***** Information supplied *****

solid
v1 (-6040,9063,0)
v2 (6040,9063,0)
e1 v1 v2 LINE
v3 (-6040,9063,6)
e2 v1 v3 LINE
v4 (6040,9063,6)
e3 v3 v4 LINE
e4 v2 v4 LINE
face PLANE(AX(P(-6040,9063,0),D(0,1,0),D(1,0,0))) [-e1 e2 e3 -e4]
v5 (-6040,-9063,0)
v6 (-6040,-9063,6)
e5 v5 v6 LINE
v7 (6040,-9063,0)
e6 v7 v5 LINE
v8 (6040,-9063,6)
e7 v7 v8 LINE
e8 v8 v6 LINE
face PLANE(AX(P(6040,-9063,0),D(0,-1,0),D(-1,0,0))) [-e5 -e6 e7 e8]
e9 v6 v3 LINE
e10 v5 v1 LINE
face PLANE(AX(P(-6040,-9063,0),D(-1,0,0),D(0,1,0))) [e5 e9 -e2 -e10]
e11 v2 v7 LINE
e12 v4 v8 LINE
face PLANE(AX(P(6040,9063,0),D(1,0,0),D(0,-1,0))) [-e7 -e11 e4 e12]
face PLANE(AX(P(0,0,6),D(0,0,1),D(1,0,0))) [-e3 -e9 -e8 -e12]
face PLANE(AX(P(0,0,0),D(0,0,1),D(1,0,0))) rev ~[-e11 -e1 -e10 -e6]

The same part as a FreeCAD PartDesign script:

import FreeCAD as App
import Part
import Sketcher

V = App.Vector
Q = App.Units.Quantity


def add_polygon(sketch, points):
    """Adds a closed chain of lines whose ends are joined by coincident constraints."""
    first, n = sketch.GeometryCount, len(points)
    for a, b in zip(points, points[1:] + points[:1]):
        sketch.addGeometry(Part.LineSegment(App.Vector(*a, 0), App.Vector(*b, 0)), False)
    for i in range(n):
        sketch.addConstraint(Sketcher.Constraint("Coincident", first + i, 2, first + (i + 1) % n, 1))

doc = App.newDocument("Part")
body = doc.addObject("PartDesign::Body", "Body")

sketch1 = doc.addObject("Sketcher::SketchObject", "Sketch")
body.addObject(sketch1)
sketch1.AttachmentSupport = (doc.XY_Plane, [""])
sketch1.MapMode = "FlatFace"
add_polygon(sketch1, [(-6040, -9063), (6040, -9063), (6040, 9063), (-6040, 9063)])
sketch1.addConstraint([
    Sketcher.Constraint("Horizontal", 0),
    Sketcher.Constraint("Vertical", 1),
    Sketcher.Constraint("Horizontal", 2),
    Sketcher.Constraint("Vertical", 3),
    Sketcher.Constraint("Symmetric", 0, 2, 2, 2, -1, 1),
    Sketcher.Constraint("DistanceX", 0, 1, 0, 2, Q("12080 mm")),
    Sketcher.Constraint("DistanceY", 1, 1, 1, 2, Q("18126 mm")),
])
pad1 = doc.addObject("PartDesign::Pad", "Pad")
body.addObject(pad1)
pad1.Profile = sketch1
pad1.Length = 6

doc.recompute()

*****

With the line that has "e8 v8 v6 LINE" as the first and the line that has "The same part" as the last, repeat exactly that run of lines above and no more.

e8 v8 v6 LINE
face PLANE(AX(P(6040,-9063,0),D(0,-1,0),D(-1,0,0))) [-e5 -e6 e7 e8]
e9 v6 v3 LINE
e10 v5 v1 LINE
face PLANE(AX(P(-6040,-9063,0),D(-1,0,0),D(0,1,0))) [e5 e9 -e2 -e10]
e11 v2 v7 LINE
e12 v4 v8 LINE
face PLANE(AX(P(6040,9063,0),D(1,0,0),D(0,-1,0))) [-e7 -e11 e4 e12]
face PLANE(AX(P(0,0,6),D(0,0,1),D(1,0,0))) [-e3 -e9 -e8 -e12]
face PLANE(AX(P(0,0,0),D(0,0,1),D(1,0,0))) rev ~[-e11 -e1 -e10 -e6]

The same part as a FreeCAD PartDesign script:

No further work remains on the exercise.